Wednesday, August 21, 2013

I played Chopped by myself. . . and I won!

I know I'm only one among a sea of  people addicted to Food Network's Chopped series. I mean... the mystery ingredients, arrogant or awkward (it can really go both ways) competing chefs, crazy/sad back stories, Aaron rolling his Rs, Maneet's song of an accent, Scott Conant looking perfectly disheveled, Marcus Samuelson just being awesome, the dishes that either wow you or make you say things like "ugh why isn't he just making a stroganoff!" Yep, I said that one time. Anyway, only this combination of awesomeness could have you watching episode after episode for 3 hrs (maybe 6) straight. Who's with me? Everyone? Ok perf. I'll continue then...

I definitely think anyone who is a half decent home cook plays chopped all the time. I love making dinner out of whatever scraps I can find. A can of black beans, frozen spinach and leftover noodles is transformed into Latin-Asian fusion cuisine using a few normal-person pantry items on the reg. Most recently pan fried noodles with bean and veggie cakes and a side of brown sugar, soy dipping sauce! AY! The idea of using random ingredients to make savory food in a short amount of time is something that most of us are familiar with. The dessert round however--not so obvious. But guess what? That's exactly what No Bake Makery is about. Using pantry items to make something quick, sweet and fun.

So without further adieu... I played Chopped by myself! and I won!

The RANDOS: California Nectarines, a Green Tea Tropical Tea Bag and Brown Rice Cakes (Ted Allen voice).
The Transformations: Green Tea and lemon Whipped Cream, Caramelized nectarines and Sweet Almondy Rice Cake Crunch.

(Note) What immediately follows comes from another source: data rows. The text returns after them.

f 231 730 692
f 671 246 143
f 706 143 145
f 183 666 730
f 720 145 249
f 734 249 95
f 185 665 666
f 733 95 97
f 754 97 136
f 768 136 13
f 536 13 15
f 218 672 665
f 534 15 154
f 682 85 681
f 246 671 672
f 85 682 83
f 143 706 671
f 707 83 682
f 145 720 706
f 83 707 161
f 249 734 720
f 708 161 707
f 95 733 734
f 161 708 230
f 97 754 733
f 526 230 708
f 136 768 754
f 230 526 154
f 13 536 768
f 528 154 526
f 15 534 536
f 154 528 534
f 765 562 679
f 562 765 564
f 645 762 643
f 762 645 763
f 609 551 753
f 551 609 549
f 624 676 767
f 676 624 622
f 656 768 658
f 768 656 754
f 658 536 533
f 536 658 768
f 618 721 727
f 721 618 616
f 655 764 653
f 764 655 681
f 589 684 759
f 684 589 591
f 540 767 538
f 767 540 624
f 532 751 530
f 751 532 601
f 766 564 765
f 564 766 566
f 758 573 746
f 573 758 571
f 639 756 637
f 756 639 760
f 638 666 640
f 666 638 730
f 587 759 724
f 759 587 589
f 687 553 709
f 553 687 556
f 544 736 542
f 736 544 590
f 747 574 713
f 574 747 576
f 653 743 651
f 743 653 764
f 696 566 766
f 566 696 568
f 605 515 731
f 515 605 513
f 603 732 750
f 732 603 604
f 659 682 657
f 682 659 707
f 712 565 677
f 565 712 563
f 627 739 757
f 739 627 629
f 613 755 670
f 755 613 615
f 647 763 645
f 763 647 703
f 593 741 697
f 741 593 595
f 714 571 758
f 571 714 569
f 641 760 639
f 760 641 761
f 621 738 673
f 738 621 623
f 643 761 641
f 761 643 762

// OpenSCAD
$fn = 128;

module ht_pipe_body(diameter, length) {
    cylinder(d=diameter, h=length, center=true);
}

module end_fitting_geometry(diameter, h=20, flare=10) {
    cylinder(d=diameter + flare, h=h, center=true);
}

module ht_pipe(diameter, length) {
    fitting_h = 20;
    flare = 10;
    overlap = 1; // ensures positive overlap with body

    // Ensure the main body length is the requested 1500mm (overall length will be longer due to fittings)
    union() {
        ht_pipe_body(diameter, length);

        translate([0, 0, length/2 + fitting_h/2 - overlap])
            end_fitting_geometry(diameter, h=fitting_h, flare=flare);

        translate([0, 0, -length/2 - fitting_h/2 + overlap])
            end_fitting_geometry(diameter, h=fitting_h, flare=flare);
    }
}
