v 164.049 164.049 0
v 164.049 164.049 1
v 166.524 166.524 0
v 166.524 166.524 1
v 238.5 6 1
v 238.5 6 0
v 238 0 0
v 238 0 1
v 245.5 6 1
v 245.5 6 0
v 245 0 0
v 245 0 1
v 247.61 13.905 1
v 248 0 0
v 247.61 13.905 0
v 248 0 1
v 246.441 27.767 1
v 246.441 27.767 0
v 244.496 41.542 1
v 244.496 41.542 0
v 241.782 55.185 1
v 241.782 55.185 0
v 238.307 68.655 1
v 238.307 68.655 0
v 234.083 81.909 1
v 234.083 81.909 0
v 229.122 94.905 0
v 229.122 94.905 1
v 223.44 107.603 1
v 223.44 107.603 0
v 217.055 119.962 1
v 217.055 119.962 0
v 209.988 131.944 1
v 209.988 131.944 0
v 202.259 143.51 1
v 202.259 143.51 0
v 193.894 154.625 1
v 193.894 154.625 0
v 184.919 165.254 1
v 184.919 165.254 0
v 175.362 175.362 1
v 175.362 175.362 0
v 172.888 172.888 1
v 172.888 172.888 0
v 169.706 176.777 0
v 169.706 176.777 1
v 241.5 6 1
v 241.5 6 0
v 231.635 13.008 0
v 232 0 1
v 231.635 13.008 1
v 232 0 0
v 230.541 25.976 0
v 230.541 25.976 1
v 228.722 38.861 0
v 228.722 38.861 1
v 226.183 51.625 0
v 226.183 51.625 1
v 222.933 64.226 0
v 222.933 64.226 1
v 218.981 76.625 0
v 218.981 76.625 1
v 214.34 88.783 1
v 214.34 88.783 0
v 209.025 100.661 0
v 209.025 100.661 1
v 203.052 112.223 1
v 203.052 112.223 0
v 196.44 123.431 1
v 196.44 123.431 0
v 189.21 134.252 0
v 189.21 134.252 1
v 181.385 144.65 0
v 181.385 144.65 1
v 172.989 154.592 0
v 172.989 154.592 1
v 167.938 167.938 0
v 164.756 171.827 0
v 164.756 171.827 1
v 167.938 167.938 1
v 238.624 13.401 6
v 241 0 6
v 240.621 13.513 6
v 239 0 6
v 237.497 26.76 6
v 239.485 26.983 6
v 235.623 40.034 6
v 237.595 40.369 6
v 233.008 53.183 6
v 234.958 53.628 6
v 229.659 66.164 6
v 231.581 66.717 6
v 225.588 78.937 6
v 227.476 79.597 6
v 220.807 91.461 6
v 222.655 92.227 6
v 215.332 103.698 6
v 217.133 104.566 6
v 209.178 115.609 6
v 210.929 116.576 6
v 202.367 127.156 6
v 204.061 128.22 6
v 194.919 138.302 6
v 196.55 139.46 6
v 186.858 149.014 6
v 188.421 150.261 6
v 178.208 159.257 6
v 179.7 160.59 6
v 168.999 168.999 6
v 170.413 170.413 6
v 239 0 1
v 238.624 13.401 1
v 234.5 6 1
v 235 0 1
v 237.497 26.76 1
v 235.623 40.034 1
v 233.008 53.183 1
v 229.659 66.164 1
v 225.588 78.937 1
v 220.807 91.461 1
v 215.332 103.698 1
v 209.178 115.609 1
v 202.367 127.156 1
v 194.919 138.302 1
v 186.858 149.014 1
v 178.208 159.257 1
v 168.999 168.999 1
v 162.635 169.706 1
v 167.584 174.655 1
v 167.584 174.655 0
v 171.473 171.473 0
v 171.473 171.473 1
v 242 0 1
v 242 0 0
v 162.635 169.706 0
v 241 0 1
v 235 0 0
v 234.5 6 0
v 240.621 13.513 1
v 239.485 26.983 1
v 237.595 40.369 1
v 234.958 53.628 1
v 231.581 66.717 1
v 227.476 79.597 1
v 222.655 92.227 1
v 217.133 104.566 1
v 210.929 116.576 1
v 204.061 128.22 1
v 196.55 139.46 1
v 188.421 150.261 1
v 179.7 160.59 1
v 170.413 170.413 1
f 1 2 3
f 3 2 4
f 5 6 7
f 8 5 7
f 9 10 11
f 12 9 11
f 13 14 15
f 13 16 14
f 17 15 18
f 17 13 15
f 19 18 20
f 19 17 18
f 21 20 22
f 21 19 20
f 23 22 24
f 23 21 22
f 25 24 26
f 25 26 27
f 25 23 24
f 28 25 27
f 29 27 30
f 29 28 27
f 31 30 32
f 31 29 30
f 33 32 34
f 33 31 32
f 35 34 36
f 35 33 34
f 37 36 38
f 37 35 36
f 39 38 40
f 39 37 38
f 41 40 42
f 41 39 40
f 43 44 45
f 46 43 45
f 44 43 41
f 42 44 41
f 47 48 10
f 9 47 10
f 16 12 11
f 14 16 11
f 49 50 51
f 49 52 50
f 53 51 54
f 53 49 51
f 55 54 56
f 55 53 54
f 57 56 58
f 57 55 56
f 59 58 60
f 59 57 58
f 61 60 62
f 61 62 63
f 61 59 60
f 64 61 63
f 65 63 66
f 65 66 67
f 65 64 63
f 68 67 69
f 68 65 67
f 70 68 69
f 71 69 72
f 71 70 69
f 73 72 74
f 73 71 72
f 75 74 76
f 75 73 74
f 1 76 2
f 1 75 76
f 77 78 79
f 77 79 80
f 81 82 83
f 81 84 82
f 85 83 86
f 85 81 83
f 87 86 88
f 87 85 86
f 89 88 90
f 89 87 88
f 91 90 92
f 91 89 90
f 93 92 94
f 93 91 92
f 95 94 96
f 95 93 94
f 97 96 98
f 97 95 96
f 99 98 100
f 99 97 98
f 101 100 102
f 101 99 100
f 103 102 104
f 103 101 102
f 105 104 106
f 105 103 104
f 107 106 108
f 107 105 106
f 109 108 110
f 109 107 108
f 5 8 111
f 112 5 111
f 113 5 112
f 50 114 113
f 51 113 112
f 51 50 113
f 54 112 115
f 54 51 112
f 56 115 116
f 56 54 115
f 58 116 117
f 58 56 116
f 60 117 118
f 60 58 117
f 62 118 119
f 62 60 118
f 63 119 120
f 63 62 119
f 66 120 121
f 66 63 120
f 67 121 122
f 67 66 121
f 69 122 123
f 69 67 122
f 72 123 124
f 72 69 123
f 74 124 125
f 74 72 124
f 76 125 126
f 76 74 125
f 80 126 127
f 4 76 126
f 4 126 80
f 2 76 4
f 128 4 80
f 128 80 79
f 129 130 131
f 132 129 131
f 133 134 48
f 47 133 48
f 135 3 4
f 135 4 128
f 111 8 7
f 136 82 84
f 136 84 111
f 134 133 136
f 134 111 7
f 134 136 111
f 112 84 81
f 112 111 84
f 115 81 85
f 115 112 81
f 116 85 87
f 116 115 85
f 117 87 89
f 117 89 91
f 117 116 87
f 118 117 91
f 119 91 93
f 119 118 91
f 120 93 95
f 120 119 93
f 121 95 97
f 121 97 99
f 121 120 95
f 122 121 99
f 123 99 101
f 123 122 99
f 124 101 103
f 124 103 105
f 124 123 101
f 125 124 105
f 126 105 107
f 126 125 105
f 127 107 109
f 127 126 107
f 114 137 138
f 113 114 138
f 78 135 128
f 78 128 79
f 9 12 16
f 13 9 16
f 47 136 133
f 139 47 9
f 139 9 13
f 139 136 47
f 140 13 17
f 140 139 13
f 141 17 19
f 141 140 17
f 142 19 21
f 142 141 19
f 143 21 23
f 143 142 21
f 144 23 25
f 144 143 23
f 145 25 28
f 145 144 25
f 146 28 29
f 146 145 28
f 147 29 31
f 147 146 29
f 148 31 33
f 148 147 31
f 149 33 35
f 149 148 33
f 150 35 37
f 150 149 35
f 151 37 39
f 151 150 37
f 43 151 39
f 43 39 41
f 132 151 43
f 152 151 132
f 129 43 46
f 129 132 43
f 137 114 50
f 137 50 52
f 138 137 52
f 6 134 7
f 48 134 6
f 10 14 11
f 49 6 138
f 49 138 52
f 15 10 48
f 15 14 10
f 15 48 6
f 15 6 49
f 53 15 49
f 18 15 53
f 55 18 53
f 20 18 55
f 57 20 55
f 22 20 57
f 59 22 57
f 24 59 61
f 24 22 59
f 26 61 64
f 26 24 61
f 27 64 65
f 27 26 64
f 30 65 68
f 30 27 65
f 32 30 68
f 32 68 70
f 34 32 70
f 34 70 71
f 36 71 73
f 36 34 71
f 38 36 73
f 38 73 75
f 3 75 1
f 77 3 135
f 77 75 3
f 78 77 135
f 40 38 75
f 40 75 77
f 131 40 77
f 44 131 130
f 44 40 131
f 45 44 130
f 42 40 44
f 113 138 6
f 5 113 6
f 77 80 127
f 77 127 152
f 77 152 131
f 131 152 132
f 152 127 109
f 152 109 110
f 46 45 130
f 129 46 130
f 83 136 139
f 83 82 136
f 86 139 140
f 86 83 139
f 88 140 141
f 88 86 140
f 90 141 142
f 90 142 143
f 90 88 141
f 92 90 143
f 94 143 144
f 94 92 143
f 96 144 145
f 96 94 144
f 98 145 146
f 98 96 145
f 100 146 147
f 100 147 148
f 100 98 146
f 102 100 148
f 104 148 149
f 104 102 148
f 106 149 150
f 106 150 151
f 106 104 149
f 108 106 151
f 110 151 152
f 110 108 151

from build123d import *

# Parameters (mm, degrees)
POCKET_DEPTH      = 0.001
POCKET_DEPTH_BACK = 6.001
PAD_DEPTH         = 1


with BuildPart() as part:
    # AdditivePipe: sweep along a path in Sketch
    with BuildLine(Plane.XY) as additivepipe_path:
        ThreePointArc((240, 0), (221.731088, 91.844024), (169.705627, 169.705627))
    # Sketch001 → AdditivePipe (sweep)
    with BuildSketch(Plane(origin=(240, 0, 0), x_dir=(1, 0, 0), z_dir=(0, -1, 0))):
        Polygon((-8, 0), (8, 0), (8, 1), (1, 1), (1, 6), (-1, 6), (-1, 1), (-8, 1), align=None)
    sweep(path=additivepipe_path.line, is_frenet=True)

    # Sketch002 → Pocket (cut, two sides)
    with BuildSketch(Plane.XY) as pocket_sk:
        Polygon((235, 0), (234.5, 6), (238.5, 6), (238, 0), align=None)
        Polygon((242, 0), (241.5, 6), (245.5, 6), (245, 0), align=None)
    extrude(amount=-POCKET_DEPTH, mode=Mode.SUBTRACT)
    extrude(pocket_sk.sketch, amount=POCKET_DEPTH_BACK, mode=Mode.SUBTRACT)

    # Sketch003 → Pad (join)
    with BuildSketch(Plane.XY):
        Polygon((162.63456, 169.705627), (164.75588, 171.826948), (167.937861, 167.937861), (166.523647, 166.523647), align=None)
        Polygon((169.705627, 176.776695), (167.584307, 174.655375), (171.473394, 171.473394), (172.887608, 172.887608), align=None)
    extrude(amount=PAD_DEPTH)


solid = part.part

Birthdays was the worst days / Now we eat PARFAITS when we thirst-ay

Serve em up on a little tray at your end-of-summer :( bbq! Or eat them by yourself while you watch Chopped?
Fun for the whole family.
Nom. Nom. Ha!
Pantry Helpers: Brown Sugar, Granulated Sugar, Sweetened Condensed Milk, Almond Milk, Heavy Cream, Lemon and Butter

What to do: 
1. Steep your tea bag into just 1/2 cup of very cold water for a few minutes. Make sure to pinch the tea bag with your fingers so the water is super concentrated with Green Tea Tropical (?) goodness or whatever kind you are using. I think passion fruit would be bomb. Put that in the refrigerator (with tea bag still in water) while you work on a couple other things.

2. Throw your rice cakes in the food processor with a tablespoon of brown sugar and almond milk (or regular, cream, soy--whatever dairy or dairy-ish thing you have around) and mix until they are moist but still crumbly. Taste it and continue to add brown sugar and milk until it reaches the consistency and sweetness that you like. Don't over-sweeten because the nectarines will be plenty sweet.

3. Chop 3 nectarines into tiny little pieces. Heat a generous amount of butter in a small saute pan and add the the nectarines. Sprinkle them with granulated sugar (I'd go a little heavy here). Pour in about half of your Green Tea Water and keep the heat on high until it's totally reduced, then remove from heat, transfer to bowl and refrigerate.

4. In your mixer (or food processor) add 3/4 cup of heavy cream, 2 tsp of granulated sugar, a generous squeeze of lemon, 2 tablespoons sweetened condensed milk, and the rest of your Green Tea Water. Mix until soft peaks form.

5. Layer ingredients into mini cups.